We sturen iemand vooruit om te zeggen dat de lords een bezoek willen brengen aan de koning, maar ik schrik toch als we bij Windsor aan land gaan en door het stille kasteel naar de bovenverdieping lopen. Als de koning en het hof een kasteel verlaten om naar een volgend adres te gaan, maken de bedienden van de gelegenheid gebruik om de staatsievertrekken schoon te maken en af te sluiten. Toen we de koning zonder het hof naar Windsor stuurden, hebben ze niet alle slaapkamers opengedaan, en ook de keukens niet, waar voor honderden mensen kan worden gekookt, en niet de staatsievertrekken, niet de galmende stallen. In plaats daarvan heeft het piepkleine gevolg van de koning zijn bivak opgeslagen in de privévertrekken van de koning zelf en is de rest van het kasteel leeg – heel troosteloos. In het prachtige audiëntievertrek van de koning, dat meestal het middelpunt van het hof vormt, hangt een armoedige, verwaarloosde sfeer. De bedienden hebben de haard niet schoongemaakt en aan de flakkerende vlammen zie je dat ze nog maar net het vuur hebben aangestoken. Het is er koud en verlaten. Er hangen geen wandtapijten en sommige luiken zijn dicht, zodat het donker en koud in de kamer is. Er liggen oude biezen op de vloer, stoffig en droog, en in de wandlampjes zitten half opgebrande kaarsen. Ik wenk het hoofd van de huishouding met een gebogen vinger. ‘Waarom is de haard niet eerder aangestoken? Waar zijn de wandtapijten van de koning? Het is een schande zoals dit vertrek erbij ligt.’
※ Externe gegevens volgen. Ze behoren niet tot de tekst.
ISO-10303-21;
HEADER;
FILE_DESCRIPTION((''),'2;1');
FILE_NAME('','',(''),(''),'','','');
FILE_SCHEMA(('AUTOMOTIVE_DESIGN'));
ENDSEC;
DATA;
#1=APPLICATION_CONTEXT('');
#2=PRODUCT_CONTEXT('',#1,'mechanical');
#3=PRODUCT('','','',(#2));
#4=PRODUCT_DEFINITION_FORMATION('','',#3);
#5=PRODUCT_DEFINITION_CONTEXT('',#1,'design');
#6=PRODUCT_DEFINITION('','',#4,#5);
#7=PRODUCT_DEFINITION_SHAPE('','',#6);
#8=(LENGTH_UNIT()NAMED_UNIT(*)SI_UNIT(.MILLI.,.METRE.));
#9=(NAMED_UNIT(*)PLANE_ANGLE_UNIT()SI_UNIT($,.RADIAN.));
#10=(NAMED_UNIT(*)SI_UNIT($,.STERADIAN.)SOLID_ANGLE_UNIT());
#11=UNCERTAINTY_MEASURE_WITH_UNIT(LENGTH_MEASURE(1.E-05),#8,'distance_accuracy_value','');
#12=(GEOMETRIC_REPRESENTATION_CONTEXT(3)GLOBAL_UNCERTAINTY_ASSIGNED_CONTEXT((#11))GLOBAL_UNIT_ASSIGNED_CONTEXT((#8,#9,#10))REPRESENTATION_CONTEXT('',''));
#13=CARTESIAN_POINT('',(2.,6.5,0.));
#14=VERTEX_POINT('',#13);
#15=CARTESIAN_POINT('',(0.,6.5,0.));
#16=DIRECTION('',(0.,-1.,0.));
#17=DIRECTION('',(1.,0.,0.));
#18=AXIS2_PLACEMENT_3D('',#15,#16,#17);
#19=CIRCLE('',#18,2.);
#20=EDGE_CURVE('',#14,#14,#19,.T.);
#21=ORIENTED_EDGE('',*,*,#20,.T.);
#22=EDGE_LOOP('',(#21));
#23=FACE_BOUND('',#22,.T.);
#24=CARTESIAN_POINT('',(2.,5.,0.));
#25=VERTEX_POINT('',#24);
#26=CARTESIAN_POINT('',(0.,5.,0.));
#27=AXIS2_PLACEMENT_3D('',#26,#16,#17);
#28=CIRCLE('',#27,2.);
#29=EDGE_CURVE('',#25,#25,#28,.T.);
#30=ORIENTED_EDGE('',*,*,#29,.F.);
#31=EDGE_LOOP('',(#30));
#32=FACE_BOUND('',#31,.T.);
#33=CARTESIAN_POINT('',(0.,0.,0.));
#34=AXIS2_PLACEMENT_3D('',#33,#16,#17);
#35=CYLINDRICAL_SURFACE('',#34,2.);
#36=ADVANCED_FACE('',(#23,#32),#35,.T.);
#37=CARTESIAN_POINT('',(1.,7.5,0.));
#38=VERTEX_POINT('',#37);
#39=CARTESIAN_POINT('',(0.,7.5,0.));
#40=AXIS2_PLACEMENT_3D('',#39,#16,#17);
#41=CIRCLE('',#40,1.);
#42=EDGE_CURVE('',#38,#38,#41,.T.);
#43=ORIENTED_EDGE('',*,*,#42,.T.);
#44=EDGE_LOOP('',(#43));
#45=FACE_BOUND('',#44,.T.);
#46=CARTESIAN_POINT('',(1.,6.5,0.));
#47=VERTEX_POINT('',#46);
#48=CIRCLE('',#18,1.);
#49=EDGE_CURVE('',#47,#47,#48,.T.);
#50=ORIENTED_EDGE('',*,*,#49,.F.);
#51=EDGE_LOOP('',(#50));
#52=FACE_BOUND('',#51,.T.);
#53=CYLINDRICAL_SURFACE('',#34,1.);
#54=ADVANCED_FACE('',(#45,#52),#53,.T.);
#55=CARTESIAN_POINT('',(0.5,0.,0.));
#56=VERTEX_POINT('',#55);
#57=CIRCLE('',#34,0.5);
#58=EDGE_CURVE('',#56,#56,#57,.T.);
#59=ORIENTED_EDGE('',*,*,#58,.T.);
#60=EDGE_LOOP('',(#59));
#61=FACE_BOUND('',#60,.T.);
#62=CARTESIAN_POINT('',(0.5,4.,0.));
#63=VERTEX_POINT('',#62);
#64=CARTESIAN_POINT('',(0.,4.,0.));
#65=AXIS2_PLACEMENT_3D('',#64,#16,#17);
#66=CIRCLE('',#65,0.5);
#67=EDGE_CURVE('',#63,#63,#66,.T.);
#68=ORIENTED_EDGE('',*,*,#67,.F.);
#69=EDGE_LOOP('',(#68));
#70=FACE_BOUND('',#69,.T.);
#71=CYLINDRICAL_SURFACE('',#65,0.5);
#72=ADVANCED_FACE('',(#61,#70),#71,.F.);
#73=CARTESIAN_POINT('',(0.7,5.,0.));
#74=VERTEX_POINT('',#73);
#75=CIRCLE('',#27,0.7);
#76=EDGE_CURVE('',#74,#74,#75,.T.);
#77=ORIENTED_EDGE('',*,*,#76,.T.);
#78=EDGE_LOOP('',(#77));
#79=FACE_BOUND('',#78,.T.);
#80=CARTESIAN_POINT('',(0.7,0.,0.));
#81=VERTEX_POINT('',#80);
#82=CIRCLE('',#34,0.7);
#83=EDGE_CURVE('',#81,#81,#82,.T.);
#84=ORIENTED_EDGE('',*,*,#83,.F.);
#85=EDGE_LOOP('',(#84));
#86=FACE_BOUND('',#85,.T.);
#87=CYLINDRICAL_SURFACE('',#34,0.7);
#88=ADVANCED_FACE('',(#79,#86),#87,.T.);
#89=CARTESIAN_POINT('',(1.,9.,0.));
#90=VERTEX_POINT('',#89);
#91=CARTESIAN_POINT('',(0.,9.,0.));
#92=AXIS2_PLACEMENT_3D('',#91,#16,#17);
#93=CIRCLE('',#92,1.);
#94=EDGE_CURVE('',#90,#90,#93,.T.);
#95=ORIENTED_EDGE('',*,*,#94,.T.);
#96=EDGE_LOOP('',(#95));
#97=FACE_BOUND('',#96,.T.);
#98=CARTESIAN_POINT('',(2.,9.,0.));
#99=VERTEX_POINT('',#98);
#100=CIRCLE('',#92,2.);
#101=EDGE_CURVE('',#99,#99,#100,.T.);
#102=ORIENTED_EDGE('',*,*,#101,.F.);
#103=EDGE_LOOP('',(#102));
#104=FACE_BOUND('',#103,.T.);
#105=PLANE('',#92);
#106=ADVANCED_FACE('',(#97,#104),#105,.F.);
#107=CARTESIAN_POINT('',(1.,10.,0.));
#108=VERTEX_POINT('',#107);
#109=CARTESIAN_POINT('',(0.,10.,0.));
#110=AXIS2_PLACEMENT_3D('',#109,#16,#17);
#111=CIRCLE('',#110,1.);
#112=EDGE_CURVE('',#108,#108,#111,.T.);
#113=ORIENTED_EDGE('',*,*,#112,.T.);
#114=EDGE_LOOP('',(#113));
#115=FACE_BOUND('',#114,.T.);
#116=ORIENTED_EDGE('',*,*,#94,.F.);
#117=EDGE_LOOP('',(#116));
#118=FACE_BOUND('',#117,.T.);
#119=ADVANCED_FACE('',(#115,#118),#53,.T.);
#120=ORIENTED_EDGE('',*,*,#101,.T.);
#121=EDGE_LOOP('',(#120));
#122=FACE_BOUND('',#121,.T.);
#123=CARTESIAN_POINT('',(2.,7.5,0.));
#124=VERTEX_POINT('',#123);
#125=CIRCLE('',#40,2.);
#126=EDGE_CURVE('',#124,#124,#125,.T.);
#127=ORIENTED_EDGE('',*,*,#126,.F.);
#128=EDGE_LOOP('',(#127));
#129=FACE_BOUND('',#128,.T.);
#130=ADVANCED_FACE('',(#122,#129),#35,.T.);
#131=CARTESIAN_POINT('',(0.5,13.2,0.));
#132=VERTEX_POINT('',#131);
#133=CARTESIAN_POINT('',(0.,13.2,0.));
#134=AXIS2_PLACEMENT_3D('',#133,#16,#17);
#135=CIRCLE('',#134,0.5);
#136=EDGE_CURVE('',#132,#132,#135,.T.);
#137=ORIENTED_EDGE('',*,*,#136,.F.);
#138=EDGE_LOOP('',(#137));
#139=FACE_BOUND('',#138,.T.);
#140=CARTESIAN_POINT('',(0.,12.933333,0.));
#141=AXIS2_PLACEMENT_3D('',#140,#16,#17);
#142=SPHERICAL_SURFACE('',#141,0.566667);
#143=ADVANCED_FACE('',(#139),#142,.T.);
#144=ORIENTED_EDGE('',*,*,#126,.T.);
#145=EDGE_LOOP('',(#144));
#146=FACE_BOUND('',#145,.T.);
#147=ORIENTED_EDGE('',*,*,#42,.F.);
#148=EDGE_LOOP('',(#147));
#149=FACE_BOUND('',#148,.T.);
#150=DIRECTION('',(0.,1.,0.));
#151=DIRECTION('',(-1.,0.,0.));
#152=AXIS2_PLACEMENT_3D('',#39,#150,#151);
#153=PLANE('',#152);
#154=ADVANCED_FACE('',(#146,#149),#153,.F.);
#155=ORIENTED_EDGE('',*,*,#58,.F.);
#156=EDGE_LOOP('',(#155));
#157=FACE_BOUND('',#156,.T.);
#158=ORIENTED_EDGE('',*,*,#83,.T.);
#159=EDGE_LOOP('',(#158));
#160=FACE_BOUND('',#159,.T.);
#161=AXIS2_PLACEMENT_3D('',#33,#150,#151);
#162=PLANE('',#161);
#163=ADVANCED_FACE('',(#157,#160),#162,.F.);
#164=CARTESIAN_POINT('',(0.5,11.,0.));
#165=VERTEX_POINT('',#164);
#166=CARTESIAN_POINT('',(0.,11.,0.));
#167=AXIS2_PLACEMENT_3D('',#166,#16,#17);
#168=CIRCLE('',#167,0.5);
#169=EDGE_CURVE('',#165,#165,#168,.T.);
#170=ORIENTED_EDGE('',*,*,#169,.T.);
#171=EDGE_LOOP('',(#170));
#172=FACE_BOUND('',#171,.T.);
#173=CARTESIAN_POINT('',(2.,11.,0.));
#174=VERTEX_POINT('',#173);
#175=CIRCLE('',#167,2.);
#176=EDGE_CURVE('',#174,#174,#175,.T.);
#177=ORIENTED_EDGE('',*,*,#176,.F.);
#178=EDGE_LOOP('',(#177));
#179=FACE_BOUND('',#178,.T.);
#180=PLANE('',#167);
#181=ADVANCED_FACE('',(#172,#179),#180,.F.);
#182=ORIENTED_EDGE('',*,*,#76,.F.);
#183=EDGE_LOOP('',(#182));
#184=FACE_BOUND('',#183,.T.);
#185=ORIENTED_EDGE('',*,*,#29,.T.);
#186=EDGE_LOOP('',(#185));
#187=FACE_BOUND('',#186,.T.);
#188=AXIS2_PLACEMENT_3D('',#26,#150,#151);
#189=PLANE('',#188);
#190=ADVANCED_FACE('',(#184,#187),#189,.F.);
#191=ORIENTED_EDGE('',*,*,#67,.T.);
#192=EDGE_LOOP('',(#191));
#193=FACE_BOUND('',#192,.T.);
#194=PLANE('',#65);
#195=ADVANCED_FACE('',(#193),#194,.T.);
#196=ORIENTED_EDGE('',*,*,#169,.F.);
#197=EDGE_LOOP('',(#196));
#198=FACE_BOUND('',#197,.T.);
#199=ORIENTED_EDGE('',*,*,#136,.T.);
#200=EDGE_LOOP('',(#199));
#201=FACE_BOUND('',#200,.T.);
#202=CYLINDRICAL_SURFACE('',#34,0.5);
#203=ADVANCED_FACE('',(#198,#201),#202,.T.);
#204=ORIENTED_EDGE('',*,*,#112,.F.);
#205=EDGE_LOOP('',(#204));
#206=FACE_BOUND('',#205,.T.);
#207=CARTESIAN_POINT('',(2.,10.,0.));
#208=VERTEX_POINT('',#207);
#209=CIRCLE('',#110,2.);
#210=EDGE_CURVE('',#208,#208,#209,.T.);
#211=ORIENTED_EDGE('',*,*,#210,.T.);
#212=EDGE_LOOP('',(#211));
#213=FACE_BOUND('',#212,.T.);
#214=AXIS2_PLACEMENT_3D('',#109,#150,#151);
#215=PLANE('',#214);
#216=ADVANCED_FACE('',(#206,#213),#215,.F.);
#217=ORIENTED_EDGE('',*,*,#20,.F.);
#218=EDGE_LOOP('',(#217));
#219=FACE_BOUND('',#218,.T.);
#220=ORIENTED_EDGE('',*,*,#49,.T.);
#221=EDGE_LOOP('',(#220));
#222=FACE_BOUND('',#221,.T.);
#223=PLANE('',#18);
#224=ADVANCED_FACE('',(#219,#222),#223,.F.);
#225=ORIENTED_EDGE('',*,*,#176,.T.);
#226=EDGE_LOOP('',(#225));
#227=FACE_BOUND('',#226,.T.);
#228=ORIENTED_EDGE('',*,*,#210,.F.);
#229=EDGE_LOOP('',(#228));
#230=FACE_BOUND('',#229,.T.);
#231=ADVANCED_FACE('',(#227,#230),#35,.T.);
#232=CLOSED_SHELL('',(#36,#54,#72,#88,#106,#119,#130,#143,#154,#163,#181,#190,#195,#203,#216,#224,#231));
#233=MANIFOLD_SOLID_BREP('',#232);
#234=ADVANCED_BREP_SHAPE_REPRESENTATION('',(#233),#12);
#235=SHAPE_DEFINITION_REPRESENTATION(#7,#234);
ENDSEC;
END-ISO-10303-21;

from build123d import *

# Parameters (mm, degrees)
CUT_EXTRUDE_START   = -4
SKETCH_2_R          = 0.5
CUT_EXTRUDE_1_DEPTH = 4
DOME_1_FACE_RADIUS  = 0.5
DOME_1_HEIGHT       = 0.3


with BuildPart() as part:
    # 草图1 → 旋转2 (revolve)
    with BuildSketch(Plane.XY):
        Polygon((0, 13.2), (0, 0), (0.7, 0), (0.7, 5), (2, 5), (2, 6.5), (1, 6.5), (1, 7.5), (2, 7.5), (2, 9), (1, 9), (1, 10), (2, 10), (2, 11), (0.5, 11), (0.5, 13.2), align=None)
    revolve(axis=Axis((0, 0, 0), (0, 1, 0)))

    # 草图2 → 切除-拉伸1 (cut)
    with BuildSketch(Plane(origin=(0, 0, 0), x_dir=(-1, 0, 0), z_dir=(0, -1, 0)).offset(CUT_EXTRUDE_START)):
        with Locations(Location((0, 0, 0), (0, 0, 180))):
            Circle(SKETCH_2_R)
    extrude(amount=CUT_EXTRUDE_1_DEPTH, mode=Mode.SUBTRACT)

    # 圆顶1: a dome of height H over a round flat face of radius A is a cap of a sphere of radius (A * A + H * H) / (2 * H)
    dome_1_r = (DOME_1_FACE_RADIUS * DOME_1_FACE_RADIUS + DOME_1_HEIGHT * DOME_1_HEIGHT) / (2 * DOME_1_HEIGHT)
    dome_1_base = Plane((0, 13.2, 0), z_dir=(0, 1, 0))
    with Locations(dome_1_base.offset(DOME_1_HEIGHT - dome_1_r)):
        dome_1_ball = Sphere(dome_1_r, mode=Mode.PRIVATE)
    add(split(dome_1_ball, bisect_by=dome_1_base, keep=Keep.TOP, mode=Mode.PRIVATE))


solid = part.part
Hij buigt zijn hoofd. ‘Neemt u mij niet kwalijk, Hoogheid, maar ik heb hier amper bedienden. Ze zijn allemaal op Westminster, bij de koningin en de hertog van Somerset. En de koning komt hier toch nooit. Wilt u dat ik de haard voor de artsen en hun bedienden aansteek? Verder komt er hier niemand, en wij hebben opdracht om niemand binnen te laten die niet namens de hertog komt.’

‘Ik wil dat u de haard hier aansteekt, zodat het licht, schoon en gezellig is in de vertrekken van de koning,’ zeg ik. ‘En als u niet genoeg bedienden hebt om de kamers schoon te houden, had u ons dat moeten vertellen. Zijne Majesteit hoort beter verzorgd te worden dan zoals het er nu aan toegaat. Hij is de koning van Engeland, hij hoort naar behoren bediend te worden.’
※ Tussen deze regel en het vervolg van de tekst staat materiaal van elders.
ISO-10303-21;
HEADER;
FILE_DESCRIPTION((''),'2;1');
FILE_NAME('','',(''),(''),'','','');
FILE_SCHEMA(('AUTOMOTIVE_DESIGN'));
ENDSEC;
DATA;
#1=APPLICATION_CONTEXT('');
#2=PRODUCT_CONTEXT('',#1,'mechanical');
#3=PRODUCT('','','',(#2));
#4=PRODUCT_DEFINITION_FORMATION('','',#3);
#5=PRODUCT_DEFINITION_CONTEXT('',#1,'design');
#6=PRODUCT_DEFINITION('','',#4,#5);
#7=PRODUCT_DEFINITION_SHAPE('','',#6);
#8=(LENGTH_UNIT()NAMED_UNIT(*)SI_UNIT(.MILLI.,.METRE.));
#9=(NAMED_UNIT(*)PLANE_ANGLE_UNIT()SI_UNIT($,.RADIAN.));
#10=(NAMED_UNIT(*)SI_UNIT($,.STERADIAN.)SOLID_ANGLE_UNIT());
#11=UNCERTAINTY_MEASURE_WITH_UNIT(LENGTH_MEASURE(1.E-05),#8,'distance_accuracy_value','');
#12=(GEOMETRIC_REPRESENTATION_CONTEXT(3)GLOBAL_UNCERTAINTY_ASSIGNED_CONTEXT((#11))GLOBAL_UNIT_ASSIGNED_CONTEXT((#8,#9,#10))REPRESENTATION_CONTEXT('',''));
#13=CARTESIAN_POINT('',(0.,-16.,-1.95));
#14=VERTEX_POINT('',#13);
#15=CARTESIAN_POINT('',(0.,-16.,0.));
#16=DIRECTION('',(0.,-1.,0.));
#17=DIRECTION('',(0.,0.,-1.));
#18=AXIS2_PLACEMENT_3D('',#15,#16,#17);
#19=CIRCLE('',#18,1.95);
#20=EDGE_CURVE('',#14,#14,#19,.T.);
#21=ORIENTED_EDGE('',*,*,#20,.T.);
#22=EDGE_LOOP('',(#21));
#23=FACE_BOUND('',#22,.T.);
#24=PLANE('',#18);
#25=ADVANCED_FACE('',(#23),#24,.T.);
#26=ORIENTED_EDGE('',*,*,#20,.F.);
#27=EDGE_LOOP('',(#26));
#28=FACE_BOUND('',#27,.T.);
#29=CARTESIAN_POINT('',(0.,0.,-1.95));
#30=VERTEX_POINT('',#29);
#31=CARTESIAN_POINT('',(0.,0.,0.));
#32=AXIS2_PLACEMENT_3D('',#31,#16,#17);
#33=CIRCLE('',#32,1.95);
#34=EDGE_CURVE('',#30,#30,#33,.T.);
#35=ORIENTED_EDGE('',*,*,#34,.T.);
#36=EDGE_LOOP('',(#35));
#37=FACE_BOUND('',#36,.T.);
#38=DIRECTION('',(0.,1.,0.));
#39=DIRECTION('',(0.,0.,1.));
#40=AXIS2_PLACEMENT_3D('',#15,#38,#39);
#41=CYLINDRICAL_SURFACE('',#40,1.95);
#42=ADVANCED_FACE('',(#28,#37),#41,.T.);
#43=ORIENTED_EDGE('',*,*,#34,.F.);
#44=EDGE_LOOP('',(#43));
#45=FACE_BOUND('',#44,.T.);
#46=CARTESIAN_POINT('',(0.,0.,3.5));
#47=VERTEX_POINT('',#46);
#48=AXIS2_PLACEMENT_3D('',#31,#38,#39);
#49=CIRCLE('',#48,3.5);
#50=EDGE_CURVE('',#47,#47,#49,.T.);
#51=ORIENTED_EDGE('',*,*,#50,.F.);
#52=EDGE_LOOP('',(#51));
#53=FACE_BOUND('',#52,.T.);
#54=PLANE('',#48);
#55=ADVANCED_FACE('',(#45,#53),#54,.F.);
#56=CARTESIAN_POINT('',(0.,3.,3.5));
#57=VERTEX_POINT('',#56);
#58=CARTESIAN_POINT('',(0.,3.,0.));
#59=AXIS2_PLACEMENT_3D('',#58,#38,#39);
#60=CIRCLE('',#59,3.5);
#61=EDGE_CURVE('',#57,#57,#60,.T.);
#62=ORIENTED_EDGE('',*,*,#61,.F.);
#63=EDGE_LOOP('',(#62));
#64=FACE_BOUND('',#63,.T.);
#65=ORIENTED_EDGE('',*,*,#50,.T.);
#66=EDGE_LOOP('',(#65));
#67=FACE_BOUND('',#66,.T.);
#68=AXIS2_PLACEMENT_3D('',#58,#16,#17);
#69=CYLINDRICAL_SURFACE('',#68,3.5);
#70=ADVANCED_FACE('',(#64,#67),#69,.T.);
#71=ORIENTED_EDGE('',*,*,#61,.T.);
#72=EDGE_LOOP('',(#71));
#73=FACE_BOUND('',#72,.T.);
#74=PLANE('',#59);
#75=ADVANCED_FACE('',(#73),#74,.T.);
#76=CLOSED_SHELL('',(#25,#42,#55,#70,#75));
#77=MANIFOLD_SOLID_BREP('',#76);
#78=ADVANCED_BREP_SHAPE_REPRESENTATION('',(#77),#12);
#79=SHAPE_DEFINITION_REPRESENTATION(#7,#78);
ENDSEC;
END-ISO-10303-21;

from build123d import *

# Parameters (mm, degrees)
SKETCH1_R           = 3.5
BOSS_EXTRUDE1_DEPTH = 3
SKETCH2_R           = 1.95
BOSS_EXTRUDE2_DEPTH = 16


with BuildPart() as part:
    # Sketch1 → Boss-Extrude1 (new body)
    with BuildSketch(Plane(origin=(0, 0, 0), x_dir=(1, 0, 0), z_dir=(0, 1, 0))):
        Circle(SKETCH1_R)
    extrude(amount=BOSS_EXTRUDE1_DEPTH)

    # Sketch2 → Boss-Extrude2 (add)
    with BuildSketch(Plane.XZ):
        Circle(SKETCH2_R)
    extrude(amount=BOSS_EXTRUDE2_DEPTH)


solid = part.part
Hij buigt als hij deze berisping heeft aangehoord, maar ik durf te betwijfelen of hij het met me eens is. Als de koning toch niets kan zien, wat heeft het dan voor zin om wandtapijten op te hangen? Als er toch niemand komt, waarom zouden ze de staatsievertrekken dan vegen? Als er geen bezoekers komen, waarom zouden ze dan de haard in het audiëntievertrek aansteken? De hertog van Somerset wenkt me bij de dubbele deur van het privévertrek bij hem te komen. Er staat maar één man op wacht. ‘U hoeft ons niet aan te kondigen,’ zegt de hertog. De wachter opent de deur voor ons en we glippen naar binnen.

 

De kamer is helemaal veranderd. Normaal gesproken is het een mooi vertrek met twee erkerramen met uitzicht op de uiterwaarden en de rivier; de ramen aan de andere kant zien uit over de bovenste verdieping, waar je altijd wel mensen hoort komen en gaan, en paarden over de kasseien hoort klepperen, en soms ook muziek. Het is in de vertrekken altijd een drukte van belang met hovelingen en adviseurs van de koning. Normaal gesproken hangen er wandtapijten en staan er tafeltjes met allemaal voorwerpen van goud en zilver erop, kleine beschilderde doosjes en curiosa. Maar vandaag is het vertrek leeg, akelig kaal, op een grote tafel met de instrumenten van de artsen na: schalen voor de aderlatingen, lancetten, een grote pot vol wriemelende bloedzuigers, wat verband, wat zalfjes, een kistje met kruiden, een opschrijfboek met dagelijkse verslagen van pijnlijke behandelingen, en een paar doosjes met kruiden en metaalschaafsel. Er staat een zware stoel met dikke leren banden op de armleuningen en de poten, waarin ze de koning vastbinden om te zorgen dat hij stil blijft zitten terwijl ze drankjes door zijn keel persen of lancetten in zijn magere armen steken. De stoel heeft een zitting met een gat erin, en eronder staat een kom die zijn urine en ontlasting moet opvangen. Het is warm in de kamer, de haard brandt en de kamer is schoon; hij lijkt eerder een van de beste kamers in het Bethlehem-ziekenhuis voor krankzinnigen dan het privévertrek van een koning. Het is een kamer voor een goed verzorgde gek, niet voor een koning. De hertog kijkt me dodelijk geschrokken aan. Iemand die hier binnenkomt zal echt niet denken dat de koning zich heeft teruggetrokken van de wereld om in alle rust te kunnen bidden.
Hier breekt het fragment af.